The Linker — Tasks¶

Hands-on exercises. Do them on a small real program (a CLI with fmt, net/http, and one struct you JSON-encode is a good sandbox). Each task names the goal, the commands, and what to observe. No solutions handed to you — the point is to see the linker behave.

Task 1 — Strip and measure¶

go build -o app-full ./cmd/app
go build -ldflags="-s -w" -o app-stripped ./cmd/app
ls -l app-full app-stripped

Observe: the percentage drop. Note which is bigger: the -s or the -w contribution (rebuild with only -w, then only -s).

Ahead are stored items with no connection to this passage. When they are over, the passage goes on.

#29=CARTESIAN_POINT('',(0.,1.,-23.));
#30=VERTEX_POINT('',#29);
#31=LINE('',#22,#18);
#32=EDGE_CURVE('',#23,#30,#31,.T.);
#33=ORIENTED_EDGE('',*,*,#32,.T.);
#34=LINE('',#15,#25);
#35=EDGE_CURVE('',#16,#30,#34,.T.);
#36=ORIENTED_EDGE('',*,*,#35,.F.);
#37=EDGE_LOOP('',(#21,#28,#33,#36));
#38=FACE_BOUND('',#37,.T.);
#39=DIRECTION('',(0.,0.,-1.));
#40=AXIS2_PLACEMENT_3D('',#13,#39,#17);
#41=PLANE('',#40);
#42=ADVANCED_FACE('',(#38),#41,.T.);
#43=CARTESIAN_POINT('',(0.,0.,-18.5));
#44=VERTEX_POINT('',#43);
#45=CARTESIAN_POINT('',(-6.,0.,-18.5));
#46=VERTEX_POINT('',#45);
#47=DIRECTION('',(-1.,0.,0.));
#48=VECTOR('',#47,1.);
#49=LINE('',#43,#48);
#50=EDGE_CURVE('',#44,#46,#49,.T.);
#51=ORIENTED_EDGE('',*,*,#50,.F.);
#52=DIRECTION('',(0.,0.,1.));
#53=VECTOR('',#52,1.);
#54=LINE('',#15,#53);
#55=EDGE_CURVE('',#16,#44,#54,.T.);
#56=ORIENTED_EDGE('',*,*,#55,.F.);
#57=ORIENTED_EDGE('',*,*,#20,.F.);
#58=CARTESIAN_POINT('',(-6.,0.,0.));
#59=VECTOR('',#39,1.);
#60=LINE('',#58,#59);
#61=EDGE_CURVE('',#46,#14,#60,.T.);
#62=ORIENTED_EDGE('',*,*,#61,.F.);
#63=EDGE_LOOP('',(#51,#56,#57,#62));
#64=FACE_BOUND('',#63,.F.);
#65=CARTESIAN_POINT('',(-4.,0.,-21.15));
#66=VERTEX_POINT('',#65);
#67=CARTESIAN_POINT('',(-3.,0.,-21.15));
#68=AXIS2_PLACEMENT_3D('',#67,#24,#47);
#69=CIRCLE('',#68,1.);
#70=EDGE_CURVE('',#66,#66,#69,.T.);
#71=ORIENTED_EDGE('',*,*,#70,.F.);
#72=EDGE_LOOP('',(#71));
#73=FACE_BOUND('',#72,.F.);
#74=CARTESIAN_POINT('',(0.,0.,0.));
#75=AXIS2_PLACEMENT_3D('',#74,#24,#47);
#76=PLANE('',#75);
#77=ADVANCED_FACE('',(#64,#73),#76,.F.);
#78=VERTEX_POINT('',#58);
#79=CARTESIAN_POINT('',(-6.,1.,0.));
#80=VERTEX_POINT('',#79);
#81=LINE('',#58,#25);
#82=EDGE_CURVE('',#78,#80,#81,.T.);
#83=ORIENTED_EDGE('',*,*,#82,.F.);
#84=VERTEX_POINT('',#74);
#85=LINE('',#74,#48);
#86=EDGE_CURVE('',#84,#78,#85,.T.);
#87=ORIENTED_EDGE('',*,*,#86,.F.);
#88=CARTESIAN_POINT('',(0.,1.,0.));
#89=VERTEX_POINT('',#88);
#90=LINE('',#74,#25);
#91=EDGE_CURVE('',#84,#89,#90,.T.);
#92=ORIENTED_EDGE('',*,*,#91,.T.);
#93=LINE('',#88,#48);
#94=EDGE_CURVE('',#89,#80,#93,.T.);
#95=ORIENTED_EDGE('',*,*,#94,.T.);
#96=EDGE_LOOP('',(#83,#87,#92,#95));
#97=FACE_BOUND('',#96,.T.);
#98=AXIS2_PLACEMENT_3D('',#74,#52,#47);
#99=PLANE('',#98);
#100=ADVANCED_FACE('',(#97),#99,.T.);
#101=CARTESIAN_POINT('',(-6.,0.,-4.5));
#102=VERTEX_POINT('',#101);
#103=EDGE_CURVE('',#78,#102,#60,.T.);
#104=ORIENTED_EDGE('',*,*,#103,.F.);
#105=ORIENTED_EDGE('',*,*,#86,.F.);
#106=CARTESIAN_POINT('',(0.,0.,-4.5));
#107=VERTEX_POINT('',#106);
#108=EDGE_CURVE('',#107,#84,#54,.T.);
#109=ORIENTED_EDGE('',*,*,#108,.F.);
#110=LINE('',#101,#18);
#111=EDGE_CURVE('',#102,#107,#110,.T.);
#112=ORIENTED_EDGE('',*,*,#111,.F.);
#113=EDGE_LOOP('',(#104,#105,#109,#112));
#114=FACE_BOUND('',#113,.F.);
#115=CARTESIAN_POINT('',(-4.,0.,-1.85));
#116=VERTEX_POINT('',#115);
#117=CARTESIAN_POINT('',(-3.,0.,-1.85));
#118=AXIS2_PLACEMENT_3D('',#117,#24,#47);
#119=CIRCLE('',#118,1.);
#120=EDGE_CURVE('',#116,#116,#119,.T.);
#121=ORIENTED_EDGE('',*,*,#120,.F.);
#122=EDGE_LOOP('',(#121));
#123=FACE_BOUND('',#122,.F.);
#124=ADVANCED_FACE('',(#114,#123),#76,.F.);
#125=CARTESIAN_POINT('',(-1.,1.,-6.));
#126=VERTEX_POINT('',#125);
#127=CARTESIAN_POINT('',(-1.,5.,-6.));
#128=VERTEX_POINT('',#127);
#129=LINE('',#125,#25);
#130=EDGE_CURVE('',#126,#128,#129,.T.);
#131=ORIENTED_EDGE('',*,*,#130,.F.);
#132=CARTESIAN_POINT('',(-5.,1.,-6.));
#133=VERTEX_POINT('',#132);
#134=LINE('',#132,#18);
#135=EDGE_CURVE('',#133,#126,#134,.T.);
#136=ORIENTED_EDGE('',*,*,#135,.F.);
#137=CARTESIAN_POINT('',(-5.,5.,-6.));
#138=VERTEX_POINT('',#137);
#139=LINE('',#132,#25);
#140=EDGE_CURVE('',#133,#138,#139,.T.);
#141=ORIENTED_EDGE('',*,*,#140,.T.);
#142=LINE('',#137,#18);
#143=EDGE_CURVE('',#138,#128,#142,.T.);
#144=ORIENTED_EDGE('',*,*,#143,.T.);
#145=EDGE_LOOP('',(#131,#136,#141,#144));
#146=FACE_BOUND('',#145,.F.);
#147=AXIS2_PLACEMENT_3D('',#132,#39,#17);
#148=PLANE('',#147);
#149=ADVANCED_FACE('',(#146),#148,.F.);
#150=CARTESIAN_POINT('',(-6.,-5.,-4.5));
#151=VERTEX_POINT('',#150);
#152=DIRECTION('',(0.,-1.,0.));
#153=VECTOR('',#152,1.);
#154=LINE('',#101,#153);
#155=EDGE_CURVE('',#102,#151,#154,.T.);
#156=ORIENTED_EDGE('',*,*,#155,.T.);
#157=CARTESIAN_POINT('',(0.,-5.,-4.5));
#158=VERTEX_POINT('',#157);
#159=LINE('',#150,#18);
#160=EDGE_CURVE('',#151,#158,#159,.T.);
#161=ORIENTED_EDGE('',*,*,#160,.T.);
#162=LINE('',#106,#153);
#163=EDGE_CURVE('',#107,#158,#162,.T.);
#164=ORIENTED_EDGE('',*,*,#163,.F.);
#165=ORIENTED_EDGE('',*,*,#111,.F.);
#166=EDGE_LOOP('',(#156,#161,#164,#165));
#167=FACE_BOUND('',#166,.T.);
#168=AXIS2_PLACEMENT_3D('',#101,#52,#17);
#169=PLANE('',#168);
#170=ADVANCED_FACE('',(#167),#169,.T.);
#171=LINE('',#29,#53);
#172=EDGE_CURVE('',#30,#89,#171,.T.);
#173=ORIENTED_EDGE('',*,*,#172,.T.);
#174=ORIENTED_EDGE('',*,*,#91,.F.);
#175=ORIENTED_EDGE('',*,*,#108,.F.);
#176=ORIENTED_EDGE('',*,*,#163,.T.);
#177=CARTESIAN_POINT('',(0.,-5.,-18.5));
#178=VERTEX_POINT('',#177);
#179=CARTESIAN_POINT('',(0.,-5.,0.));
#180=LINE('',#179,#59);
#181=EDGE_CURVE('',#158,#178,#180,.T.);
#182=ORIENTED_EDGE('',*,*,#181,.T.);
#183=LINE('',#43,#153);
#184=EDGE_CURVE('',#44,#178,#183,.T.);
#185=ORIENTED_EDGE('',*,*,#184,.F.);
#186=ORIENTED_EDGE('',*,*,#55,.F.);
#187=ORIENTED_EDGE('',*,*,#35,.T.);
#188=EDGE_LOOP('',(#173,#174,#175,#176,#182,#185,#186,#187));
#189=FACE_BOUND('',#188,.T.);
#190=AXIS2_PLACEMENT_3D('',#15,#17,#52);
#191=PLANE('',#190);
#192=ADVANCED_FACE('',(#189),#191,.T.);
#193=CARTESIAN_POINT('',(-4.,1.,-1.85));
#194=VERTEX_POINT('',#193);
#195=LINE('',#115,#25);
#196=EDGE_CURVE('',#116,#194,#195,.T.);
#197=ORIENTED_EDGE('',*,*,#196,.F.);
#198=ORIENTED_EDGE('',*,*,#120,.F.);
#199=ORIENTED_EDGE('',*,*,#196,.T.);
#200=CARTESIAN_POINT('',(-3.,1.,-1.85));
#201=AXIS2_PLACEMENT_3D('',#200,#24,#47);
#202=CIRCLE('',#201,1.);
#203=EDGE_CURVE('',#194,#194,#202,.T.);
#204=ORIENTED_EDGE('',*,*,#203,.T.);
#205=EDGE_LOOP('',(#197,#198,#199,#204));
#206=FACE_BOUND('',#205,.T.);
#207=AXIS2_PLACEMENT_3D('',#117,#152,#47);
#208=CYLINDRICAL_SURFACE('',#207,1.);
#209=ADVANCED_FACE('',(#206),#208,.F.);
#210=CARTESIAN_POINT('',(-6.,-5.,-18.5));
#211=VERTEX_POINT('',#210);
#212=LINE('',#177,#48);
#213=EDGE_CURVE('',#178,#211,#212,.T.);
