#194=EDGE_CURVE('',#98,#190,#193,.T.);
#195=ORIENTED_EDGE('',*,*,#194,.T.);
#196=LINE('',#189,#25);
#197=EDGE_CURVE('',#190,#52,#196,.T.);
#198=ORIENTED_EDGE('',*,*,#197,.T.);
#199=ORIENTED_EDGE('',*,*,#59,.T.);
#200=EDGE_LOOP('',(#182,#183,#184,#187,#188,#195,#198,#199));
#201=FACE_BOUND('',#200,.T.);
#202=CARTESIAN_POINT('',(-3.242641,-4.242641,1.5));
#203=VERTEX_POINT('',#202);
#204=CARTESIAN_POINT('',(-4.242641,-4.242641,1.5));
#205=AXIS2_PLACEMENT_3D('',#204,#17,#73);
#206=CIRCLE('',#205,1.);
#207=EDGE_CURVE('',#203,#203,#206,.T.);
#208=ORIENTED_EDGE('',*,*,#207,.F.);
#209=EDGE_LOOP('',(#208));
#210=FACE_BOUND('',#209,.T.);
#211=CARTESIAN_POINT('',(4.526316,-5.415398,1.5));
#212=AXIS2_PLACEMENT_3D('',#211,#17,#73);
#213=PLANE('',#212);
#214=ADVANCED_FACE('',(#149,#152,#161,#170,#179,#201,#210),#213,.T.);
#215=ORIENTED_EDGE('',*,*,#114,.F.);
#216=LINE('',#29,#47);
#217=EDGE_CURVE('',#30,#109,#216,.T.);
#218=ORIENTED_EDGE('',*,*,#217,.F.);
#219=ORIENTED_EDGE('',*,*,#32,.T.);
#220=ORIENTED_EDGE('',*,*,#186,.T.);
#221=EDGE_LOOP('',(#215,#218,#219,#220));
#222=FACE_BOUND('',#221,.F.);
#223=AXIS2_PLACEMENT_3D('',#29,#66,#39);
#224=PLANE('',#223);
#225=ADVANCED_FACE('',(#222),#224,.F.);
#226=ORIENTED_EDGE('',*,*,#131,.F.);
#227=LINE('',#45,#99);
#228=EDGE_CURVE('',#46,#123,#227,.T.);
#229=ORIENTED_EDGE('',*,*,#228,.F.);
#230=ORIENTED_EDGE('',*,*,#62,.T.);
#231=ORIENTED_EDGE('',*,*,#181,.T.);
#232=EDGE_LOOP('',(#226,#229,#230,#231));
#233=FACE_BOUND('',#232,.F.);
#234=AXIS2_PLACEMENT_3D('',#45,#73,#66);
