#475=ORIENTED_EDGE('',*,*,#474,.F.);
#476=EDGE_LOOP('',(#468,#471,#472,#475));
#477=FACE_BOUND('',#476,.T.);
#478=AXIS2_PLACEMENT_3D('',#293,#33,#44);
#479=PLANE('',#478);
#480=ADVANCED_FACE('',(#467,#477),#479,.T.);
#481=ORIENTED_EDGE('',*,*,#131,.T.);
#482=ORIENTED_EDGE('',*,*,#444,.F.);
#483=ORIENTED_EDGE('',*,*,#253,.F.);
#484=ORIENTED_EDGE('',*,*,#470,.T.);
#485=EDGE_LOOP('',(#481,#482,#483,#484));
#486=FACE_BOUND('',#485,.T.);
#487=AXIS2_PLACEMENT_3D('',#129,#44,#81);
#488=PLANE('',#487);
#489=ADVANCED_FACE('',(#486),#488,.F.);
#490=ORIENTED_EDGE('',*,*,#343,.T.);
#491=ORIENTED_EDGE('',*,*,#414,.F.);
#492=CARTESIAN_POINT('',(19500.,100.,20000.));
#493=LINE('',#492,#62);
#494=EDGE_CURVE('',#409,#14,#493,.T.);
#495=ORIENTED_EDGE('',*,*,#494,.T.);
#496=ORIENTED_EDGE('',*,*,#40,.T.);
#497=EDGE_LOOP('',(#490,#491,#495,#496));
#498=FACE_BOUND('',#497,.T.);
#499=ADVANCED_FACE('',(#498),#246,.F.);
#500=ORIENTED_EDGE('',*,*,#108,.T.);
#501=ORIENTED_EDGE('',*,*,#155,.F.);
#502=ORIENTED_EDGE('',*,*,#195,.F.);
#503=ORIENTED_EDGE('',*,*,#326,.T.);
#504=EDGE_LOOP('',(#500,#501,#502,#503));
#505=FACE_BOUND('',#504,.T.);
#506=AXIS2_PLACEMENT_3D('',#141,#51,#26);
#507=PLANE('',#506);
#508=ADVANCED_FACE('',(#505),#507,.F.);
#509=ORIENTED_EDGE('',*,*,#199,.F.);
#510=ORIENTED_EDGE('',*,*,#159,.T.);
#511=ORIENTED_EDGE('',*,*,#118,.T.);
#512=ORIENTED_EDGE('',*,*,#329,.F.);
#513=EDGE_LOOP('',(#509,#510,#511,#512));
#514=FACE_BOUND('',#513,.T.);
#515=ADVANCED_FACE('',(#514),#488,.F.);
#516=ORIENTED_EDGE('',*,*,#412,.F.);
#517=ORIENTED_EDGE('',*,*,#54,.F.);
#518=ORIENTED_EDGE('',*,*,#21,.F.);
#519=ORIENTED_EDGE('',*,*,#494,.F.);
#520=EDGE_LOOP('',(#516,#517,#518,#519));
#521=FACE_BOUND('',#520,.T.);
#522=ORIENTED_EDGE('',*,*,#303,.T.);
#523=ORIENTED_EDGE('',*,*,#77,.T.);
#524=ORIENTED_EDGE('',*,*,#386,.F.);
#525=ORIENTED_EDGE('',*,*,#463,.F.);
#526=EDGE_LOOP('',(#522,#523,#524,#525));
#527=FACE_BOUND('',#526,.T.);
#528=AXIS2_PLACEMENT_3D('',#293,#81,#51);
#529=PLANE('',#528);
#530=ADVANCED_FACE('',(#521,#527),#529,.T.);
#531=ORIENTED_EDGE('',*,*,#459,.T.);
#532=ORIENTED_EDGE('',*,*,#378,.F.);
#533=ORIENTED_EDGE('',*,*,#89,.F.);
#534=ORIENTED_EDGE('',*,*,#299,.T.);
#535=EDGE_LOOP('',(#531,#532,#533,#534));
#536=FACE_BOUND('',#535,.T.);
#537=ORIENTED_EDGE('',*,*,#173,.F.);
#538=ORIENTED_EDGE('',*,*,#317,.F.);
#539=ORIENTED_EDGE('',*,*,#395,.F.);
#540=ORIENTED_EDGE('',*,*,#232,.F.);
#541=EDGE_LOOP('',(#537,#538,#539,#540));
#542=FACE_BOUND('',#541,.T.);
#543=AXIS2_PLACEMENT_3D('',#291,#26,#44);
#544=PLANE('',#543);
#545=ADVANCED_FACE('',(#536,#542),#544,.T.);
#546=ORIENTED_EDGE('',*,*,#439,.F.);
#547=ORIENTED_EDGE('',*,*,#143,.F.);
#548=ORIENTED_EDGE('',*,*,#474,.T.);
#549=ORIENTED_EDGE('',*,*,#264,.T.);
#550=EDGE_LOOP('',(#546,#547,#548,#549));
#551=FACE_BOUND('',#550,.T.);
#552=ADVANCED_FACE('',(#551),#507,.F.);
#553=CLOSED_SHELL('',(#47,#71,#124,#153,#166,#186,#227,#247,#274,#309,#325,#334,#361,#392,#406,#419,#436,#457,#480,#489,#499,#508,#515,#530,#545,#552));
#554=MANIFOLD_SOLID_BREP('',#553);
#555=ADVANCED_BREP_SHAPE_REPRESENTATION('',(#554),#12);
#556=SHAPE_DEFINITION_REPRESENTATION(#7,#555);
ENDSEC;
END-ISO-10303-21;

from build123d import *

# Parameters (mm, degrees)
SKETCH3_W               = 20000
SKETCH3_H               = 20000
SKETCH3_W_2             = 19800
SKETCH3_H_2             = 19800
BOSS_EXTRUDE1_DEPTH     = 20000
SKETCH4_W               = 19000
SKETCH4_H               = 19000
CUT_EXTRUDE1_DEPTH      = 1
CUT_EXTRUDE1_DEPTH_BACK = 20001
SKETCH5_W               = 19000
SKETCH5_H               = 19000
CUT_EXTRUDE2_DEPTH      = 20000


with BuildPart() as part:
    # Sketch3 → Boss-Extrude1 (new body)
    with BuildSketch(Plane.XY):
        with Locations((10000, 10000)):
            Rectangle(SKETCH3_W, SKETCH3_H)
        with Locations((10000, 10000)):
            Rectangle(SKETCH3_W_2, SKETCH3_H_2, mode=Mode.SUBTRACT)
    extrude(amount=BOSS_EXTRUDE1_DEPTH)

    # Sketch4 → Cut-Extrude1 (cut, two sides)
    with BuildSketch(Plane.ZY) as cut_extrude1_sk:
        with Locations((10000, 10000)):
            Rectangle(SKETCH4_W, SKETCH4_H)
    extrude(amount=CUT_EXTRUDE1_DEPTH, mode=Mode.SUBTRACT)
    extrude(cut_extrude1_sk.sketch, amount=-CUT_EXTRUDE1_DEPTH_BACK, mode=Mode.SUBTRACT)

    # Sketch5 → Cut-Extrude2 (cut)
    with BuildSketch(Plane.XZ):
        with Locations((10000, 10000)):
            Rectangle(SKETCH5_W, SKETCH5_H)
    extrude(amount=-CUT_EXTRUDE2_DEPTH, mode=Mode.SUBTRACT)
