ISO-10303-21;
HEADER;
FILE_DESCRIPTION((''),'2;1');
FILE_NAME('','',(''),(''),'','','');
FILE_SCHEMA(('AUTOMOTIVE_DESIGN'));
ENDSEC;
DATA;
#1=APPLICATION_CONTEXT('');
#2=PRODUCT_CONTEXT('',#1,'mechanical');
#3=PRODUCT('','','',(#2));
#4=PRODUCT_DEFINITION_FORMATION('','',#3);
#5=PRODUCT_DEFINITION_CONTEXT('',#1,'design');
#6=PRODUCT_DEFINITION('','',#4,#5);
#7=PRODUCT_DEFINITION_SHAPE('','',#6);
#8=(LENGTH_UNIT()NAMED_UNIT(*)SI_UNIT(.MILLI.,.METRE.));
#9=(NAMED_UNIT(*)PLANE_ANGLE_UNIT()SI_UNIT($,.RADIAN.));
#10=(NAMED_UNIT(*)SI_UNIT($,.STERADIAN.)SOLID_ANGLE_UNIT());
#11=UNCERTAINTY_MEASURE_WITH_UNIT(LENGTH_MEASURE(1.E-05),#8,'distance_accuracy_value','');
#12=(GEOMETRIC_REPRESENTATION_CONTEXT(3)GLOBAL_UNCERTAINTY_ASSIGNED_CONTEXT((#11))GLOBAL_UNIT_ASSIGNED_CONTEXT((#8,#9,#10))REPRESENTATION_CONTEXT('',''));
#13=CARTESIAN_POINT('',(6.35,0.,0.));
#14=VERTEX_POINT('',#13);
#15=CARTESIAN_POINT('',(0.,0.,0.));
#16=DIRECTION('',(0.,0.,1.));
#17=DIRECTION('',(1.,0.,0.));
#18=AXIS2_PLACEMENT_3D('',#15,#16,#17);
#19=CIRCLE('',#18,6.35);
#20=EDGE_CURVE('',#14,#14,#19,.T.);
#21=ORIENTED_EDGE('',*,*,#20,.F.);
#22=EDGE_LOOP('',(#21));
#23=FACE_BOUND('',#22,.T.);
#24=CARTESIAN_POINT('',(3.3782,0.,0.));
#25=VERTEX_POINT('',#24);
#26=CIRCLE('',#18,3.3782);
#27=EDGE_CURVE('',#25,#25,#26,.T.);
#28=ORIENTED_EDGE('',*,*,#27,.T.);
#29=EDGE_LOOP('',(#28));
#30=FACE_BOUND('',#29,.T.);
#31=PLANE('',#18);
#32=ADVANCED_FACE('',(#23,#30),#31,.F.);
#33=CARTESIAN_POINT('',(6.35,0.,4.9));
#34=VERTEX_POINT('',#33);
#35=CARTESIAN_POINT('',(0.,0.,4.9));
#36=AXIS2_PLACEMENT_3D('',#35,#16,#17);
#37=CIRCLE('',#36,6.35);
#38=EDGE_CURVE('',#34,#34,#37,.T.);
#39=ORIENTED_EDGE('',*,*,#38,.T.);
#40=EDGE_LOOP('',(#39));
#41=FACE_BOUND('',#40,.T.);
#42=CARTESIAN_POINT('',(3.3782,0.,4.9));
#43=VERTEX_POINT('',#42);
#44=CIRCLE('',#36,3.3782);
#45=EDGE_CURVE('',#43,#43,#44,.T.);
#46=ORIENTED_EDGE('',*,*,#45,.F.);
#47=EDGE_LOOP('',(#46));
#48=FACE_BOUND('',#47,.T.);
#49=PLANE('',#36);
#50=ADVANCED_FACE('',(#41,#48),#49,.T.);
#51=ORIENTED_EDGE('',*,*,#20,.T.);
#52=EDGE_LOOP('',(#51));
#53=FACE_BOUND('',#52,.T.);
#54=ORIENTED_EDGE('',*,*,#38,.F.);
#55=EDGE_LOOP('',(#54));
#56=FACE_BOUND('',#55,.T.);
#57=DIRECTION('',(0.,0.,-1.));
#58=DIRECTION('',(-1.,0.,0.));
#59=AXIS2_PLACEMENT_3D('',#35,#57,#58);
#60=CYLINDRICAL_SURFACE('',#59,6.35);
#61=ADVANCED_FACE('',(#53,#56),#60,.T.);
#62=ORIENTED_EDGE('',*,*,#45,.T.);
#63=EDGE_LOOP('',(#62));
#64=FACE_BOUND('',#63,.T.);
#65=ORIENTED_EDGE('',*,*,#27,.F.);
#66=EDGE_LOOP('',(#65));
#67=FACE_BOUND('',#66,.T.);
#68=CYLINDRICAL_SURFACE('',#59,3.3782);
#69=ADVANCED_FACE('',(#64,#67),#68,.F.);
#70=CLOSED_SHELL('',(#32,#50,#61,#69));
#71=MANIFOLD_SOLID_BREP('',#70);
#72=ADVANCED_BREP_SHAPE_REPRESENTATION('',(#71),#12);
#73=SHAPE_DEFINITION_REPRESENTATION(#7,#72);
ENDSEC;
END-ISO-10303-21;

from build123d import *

# Parameters (mm, degrees)
SKETCH1_R           = 6.35
SKETCH1_R_2         = 3.3782
BOSS_EXTRUDE1_DEPTH = 4.9


with BuildPart() as part:
    # Sketch1 → Boss-Extrude1 (new body)
    with BuildSketch(Plane.XY):
        Circle(SKETCH1_R)
        Circle(SKETCH1_R_2, mode=Mode.SUBTRACT)
    extrude(amount=BOSS_EXTRUDE1_DEPTH)


solid = part.part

Task 2 — Stamp a version with `-X`¶

Add var version = "dev" to main. Then:

go build -ldflags="-X main.version=$(git describe --tags --always)" -o app ./cmd/app
./app --version    # (wire version into your flag)

Observe: the value changes. Now intentionally change it to a const and confirm the flag is silently ignored.

Task 3 — Verify the stamp landed in buildinfo¶

go version -m app | grep -i ldflags

Observe: the -X you passed is recorded in .go.buildinfo. This is how you audit what flags produced a shipped binary.

Task 4 — List the largest symbols¶

go tool nm -size -sort size app | tail -25

Observe: which functions/types dominate. Map a couple back to packages (reflect.*, runtime.*, your own).

Task 5 — Inspect embedded build info¶

go version -m app

Observe: module path, main version, every dependency + hash, and the vcs.revision / vcs.time / vcs.modified lines. Make an uncommitted change and rebuild — watch vcs.modified flip to true.

Task 6 — Read buildinfo programmatically¶

Write a tiny tool using debug/buildinfo:

info, _ := buildinfo.ReadFile("./app")
fmt.Println(info.GoVersion, info.Main.Path, info.Main.Version)

Observe: you can extract version info from any Go binary without running it.

Task 7 — Find a dead-code-eliminated function¶

Add an exported but uncalled function func Unused() {}. Build, then:

go tool nm app | grep -i Unused      # likely no output

Observe: it's gone. Now call it from main and rebuild — it appears. That's deadcode reachability in action.

Task 8 — Watch reflection keep methods alive¶

Create a type with a method called only via reflect.Value.MethodByName. Build and grep nm for the method. Then remove the reflective call (call nothing) and confirm the method disappears.

go tool nm app | grep -i '\.YourMethod'

Observe: the method survives only while reflection (or an interface conversion) keeps it reachable.

Task 9 — Dump the dependency edges¶

go build -ldflags=-dumpdep -o app ./cmd/app 2>deps.txt
wc -l deps.txt
grep -i 'regexp' deps.txt | head

Observe: the linker's reachability graph. Trace why a package you didn't expect got linked in.

Task 10 — Compare sections¶

go build -o app ./cmd/app
# Linux:
readelf -S app | grep -E 'gopclntab|buildinfo|debug|text|rodata'
# macOS:
otool -l app | grep -A2 -i gopclntab

Observe: .gopclntab and .go.buildinfo exist. Rebuild with -s -w and confirm .debug_* is gone but .gopclntab remains.

Task 11 — Build a plugin¶

go build -buildmode=plugin -o handler.so ./plugins/handler

Then plugin.Open("handler.so") and Lookup an exported symbol from a host. Observe: it works only when host and plugin share Go version + deps. Bump a dependency in one and watch plugin was built with a different version.

Task 12 — Force external linking¶

go build -ldflags='-linkmode=external -v' -o app ./cmd/app 2>&1 | grep -i 'host link'

Observe: the actual host-linker (gcc/clang) command line the Go linker invoked. Compare against a default auto build of a pure-Go program (which stays internal — no host link line).

Task 13 — Build a static cgo binary¶

CGO_ENABLED=1 go build -ldflags='-linkmode=external -extldflags=-static' -o app ./cmd/app
file app        # should say "statically linked"
ldd app         # "not a dynamic executable"

Observe: the difference vs a default cgo build (ldd lists libc). Note any missing-static-lib errors and what they teach about your build environment.

Task 14 — Reproducible build check¶

go build -trimpath -ldflags="-s -w -buildid=" -o a1 ./cmd/app
go build -trimpath -ldflags="-s -w -buildid=" -o a2 ./cmd/app
sha256sum a1 a2

Observe: identical hashes. Now drop -trimpath, build in two different directories, and watch the hashes diverge (embedded paths differ).

Stretch¶

Run bloaty -d compileunits app and write down your three heaviest packages.
Try upx --best app and measure the on-disk size drop and the startup time change (time ./app --version).
Build the same program with CGO_ENABLED=0 vs =1 and compare size, ldd output, and whether it runs on a scratch/Alpine container.